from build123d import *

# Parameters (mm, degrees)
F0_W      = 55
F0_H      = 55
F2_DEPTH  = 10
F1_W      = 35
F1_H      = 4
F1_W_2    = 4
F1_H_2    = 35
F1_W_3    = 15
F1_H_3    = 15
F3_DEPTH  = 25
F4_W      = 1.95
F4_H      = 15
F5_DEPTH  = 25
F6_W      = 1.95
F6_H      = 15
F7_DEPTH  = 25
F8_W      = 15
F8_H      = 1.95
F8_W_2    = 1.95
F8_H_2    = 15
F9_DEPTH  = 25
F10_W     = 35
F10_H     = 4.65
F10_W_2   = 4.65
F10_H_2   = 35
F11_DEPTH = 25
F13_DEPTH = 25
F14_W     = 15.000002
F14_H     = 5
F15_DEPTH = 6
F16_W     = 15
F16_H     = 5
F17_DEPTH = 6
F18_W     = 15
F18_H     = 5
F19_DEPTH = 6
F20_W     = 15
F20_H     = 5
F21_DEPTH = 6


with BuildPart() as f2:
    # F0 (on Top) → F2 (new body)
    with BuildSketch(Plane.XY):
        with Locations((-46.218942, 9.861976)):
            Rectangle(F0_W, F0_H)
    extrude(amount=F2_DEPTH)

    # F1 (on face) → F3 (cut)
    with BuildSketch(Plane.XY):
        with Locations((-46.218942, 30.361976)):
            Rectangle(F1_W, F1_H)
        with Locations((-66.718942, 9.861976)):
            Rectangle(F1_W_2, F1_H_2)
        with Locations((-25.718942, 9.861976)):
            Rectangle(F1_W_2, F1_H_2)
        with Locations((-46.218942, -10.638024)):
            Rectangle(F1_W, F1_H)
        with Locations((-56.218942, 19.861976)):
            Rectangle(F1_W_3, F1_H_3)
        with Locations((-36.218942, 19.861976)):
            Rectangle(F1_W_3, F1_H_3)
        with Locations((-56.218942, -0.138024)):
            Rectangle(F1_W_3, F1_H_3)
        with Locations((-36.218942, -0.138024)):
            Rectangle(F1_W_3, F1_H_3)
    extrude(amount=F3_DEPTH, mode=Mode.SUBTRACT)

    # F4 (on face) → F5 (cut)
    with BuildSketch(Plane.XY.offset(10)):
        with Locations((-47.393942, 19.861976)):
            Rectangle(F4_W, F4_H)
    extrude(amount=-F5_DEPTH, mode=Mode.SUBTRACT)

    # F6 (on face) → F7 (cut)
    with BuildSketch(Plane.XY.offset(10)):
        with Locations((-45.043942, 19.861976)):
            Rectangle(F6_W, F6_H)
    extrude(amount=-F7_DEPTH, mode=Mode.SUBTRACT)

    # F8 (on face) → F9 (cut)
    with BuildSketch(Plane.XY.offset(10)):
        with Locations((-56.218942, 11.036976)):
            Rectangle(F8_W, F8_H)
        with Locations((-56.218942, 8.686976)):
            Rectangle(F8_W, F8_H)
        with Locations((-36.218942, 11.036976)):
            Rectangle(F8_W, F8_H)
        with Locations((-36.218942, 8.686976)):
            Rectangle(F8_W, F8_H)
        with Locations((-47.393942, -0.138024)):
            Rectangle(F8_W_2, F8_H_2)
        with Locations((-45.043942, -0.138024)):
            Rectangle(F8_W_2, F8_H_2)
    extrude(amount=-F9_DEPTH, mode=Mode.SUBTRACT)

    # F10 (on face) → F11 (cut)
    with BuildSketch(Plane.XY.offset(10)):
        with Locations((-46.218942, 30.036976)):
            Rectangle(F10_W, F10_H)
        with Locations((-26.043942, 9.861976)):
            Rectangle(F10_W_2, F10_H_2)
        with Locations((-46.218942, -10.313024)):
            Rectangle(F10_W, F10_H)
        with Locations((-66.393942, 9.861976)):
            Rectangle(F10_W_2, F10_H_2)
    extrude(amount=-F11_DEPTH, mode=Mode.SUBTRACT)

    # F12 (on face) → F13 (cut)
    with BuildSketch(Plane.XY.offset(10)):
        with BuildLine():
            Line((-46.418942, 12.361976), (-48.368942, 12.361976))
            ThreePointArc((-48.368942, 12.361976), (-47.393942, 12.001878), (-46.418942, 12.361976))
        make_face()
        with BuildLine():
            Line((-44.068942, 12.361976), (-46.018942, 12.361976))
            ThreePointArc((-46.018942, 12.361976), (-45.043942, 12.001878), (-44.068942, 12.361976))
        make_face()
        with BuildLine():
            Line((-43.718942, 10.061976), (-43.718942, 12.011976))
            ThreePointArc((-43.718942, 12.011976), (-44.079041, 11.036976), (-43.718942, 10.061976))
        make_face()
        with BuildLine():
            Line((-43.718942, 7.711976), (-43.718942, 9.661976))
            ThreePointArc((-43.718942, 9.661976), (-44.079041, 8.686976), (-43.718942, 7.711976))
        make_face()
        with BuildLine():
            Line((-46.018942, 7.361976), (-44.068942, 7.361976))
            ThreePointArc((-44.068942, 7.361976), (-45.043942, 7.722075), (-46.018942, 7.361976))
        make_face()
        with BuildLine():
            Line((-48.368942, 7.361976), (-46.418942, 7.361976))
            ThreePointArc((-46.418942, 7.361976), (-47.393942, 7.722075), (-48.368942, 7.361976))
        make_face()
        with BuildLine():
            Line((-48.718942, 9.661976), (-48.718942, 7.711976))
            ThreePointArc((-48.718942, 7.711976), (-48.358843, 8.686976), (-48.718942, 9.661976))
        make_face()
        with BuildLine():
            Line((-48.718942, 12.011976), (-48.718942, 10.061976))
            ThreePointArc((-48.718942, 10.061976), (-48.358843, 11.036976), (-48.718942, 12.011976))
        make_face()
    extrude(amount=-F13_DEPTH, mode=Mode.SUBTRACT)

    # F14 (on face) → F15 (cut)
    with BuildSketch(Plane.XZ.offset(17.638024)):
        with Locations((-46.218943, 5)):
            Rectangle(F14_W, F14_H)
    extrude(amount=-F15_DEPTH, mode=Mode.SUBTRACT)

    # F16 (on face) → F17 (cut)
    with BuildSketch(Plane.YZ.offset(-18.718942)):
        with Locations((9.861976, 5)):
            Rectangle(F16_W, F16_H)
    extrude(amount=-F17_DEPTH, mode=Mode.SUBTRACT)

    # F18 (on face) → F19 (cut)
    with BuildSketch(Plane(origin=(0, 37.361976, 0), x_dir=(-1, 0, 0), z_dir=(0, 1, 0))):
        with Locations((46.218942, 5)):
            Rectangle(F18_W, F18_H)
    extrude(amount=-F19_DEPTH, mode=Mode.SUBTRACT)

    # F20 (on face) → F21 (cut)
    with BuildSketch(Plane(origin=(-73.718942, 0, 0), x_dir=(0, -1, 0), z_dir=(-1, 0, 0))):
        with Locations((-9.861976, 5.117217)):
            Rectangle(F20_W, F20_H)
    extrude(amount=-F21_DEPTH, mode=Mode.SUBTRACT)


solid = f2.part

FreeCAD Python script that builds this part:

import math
import FreeCAD as App
import Part
import Sketcher

V = App.Vector
Q = App.Units.Quantity

doc = App.newDocument("Part")
body = doc.addObject("PartDesign::Body", "Body")

sketch1 = body.newObject("Sketcher::SketchObject", "Sketch")
sketch1.AttachmentSupport = (doc.getObject("XY_Plane"), [""])
sketch1.MapMode = "FlatFace"
sketch1.addGeometry(Part.LineSegment(V(-74, 37, 0), V(-74, -18, 0)), False)
sketch1.addGeometry(Part.LineSegment(V(-74, -18, 0), V(-19, -18, 0)), False)
sketch1.addGeometry(Part.LineSegment(V(-19, -18, 0), V(-19, 37, 0)), False)
sketch1.addGeometry(Part.LineSegment(V(-19, 37, 0), V(-74, 37, 0)), False)
sketch1.addConstraint(Sketcher.Constraint("Coincident", 0, 2, 1, 1))
sketch1.addConstraint(Sketcher.Constraint("Coincident", 1, 2, 2, 1))
sketch1.addConstraint(Sketcher.Constraint("Coincident", 2, 2, 3, 1))
sketch1.addConstraint(Sketcher.Constraint("Coincident", 3, 2, 0, 1))
sketch1.addConstraint(Sketcher.Constraint("Vertical", 0))
sketch1.addConstraint(Sketcher.Constraint("Horizontal", 1))
sketch1.addConstraint(Sketcher.Constraint("Vertical", 2))
sketch1.addConstraint(Sketcher.Constraint("Horizontal", 3))
sketch1.addConstraint(Sketcher.Constraint("Equal", 3, 0))
sketch1.addConstraint(Sketcher.Constraint("DistanceX", 1, 1, 1, 2, Q("55 mm")))
sketch1.addConstraint(Sketcher.Constraint("DistanceX", 0, 2, -1, 1, Q("73.718942 mm")))
sketch1.addConstraint(Sketcher.Constraint("DistanceY", 0, 2, -1, 1, Q("17.638024 mm")))
pad1 = body.newObject("PartDesign::Pad", "Pad")
pad1.Profile = sketch1
pad1.Length = 10

sketch2 = body.newObject("Sketcher::SketchObject", "Sketch001")
sketch2.AttachmentSupport = (doc.getObject("XY_Plane"), [""])
sketch2.MapMode = "FlatFace"
sketch2.addGeometry(Part.LineSegment(V(-63.7, 32.4, 0), V(-63.7, 28.4, 0)), False)
sketch2.addGeometry(Part.LineSegment(V(-63.7, 28.4, 0), V(-28.7, 28.4, 0)), False)
sketch2.addGeometry(Part.LineSegment(V(-28.7, 28.4, 0), V(-28.7, 32.4, 0)), False)
sketch2.addGeometry(Part.LineSegment(V(-28.7, 32.4, 0), V(-63.7, 32.4, 0)), False)
sketch2.addGeometry(Part.LineSegment(V(-68.7, 27.4, 0), V(-68.7, -7.6, 0)), False)
sketch2.addGeometry(Part.LineSegment(V(-68.7, -7.6, 0), V(-64.7, -7.6, 0)), False)
sketch2.addGeometry(Part.LineSegment(V(-64.7, -7.6, 0), V(-64.7, 27.4, 0)), False)
sketch2.addGeometry(Part.LineSegment(V(-64.7, 27.4, 0), V(-68.7, 27.4, 0)), False)
sketch2.addGeometry(Part.LineSegment(V(-27.7, 27.4, 0), V(-27.7, -7.6, 0)), False)
sketch2.addGeometry(Part.LineSegment(V(-27.7, -7.6, 0), V(-23.7, -7.6, 0)), False)
sketch2.addGeometry(Part.LineSegment(V(-23.7, -7.6, 0), V(-23.7, 27.4, 0)), False)
sketch2.addGeometry(Part.LineSegment(V(-23.7, 27.4, 0), V(-27.7, 27.4, 0)), False)
sketch2.addGeometry(Part.LineSegment(V(-63.7, -8.6, 0), V(-63.7, -12.6, 0)), False)
sketch2.addGeometry(Part.LineSegment(V(-63.7, -12.6, 0), V(-28.7, -12.6, 0)), False)
sketch2.addGeometry(Part.LineSegment(V(-28.7, -12.6, 0), V(-28.7, -8.6, 0)), False)
sketch2.addGeometry(Part.LineSegment(V(-28.7, -8.6, 0), V(-63.7, -8.6, 0)), False)
sketch2.addGeometry(Part.LineSegment(V(-63.7, 27.4, 0), V(-63.7, 12.4, 0)), False)
sketch2.addGeometry(Part.LineSegment(V(-63.7, 12.4, 0), V(-48.7, 12.4, 0)), False)
sketch2.addGeometry(Part.LineSegment(V(-48.7, 12.4, 0), V(-48.7, 27.4, 0)), False)
sketch2.addGeometry(Part.LineSegment(V(-48.7, 27.4, 0), V(-63.7, 27.4, 0)), False)
sketch2.addGeometry(Part.LineSegment(V(-43.7, 27.4, 0), V(-43.7, 12.4, 0)), False)
sketch2.addGeometry(Part.LineSegment(V(-43.7, 12.4, 0), V(-28.7, 12.4, 0)), False)
sketch2.addGeometry(Part.LineSegment(V(-28.7, 12.4, 0), V(-28.7, 27.4, 0)), False)
sketch2.addGeometry(Part.LineSegment(V(-28.7, 27.4, 0), V(-43.7, 27.4, 0)), False)
sketch2.addGeometry(Part.LineSegment(V(-63.7, 7.4, 0), V(-63.7, -7.6, 0)), False)
sketch2.addGeometry(Part.LineSegment(V(-63.7, -7.6, 0), V(-48.7, -7.6, 0)), False)
sketch2.addGeometry(Part.LineSegment(V(-48.7, -7.6, 0), V(-48.7, 7.4, 0)), False)
sketch2.addGeometry(Part.LineSegment(V(-48.7, 7.4, 0), V(-63.7, 7.4, 0)), False)
sketch2.addGeometry(Part.LineSegment(V(-43.7, 7.4, 0), V(-43.7, -7.6, 0)), False)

## ABOUT THIS EXERCISE
Beginning at the line above with "# Parameters (mm, degrees)" and finishing at the line with "F21_DEPTH = 6", return each line exactly and return nothing else.

## WORKED SOLUTION
# Parameters (mm, degrees)
F0_W      = 55
F0_H      = 55
F2_DEPTH  = 10
F1_W      = 35
F1_H      = 4
F1_W_2    = 4
F1_H_2    = 35
F1_W_3    = 15
F1_H_3    = 15
F3_DEPTH  = 25
F4_W      = 1.95
F4_H      = 15
F5_DEPTH  = 25
F6_W      = 1.95
F6_H      = 15
F7_DEPTH  = 25
F8_W      = 15
F8_H      = 1.95
F8_W_2    = 1.95
F8_H_2    = 15
F9_DEPTH  = 25
F10_W     = 35
F10_H     = 4.65
F10_W_2   = 4.65
F10_H_2   = 35
F11_DEPTH = 25
F13_DEPTH = 25
F14_W     = 15.000002
F14_H     = 5
F15_DEPTH = 6
F16_W     = 15
F16_H     = 5
F17_DEPTH = 6
F18_W     = 15
F18_H     = 5
F19_DEPTH = 6
F20_W     = 15
F20_H     = 5
F21_DEPTH = 6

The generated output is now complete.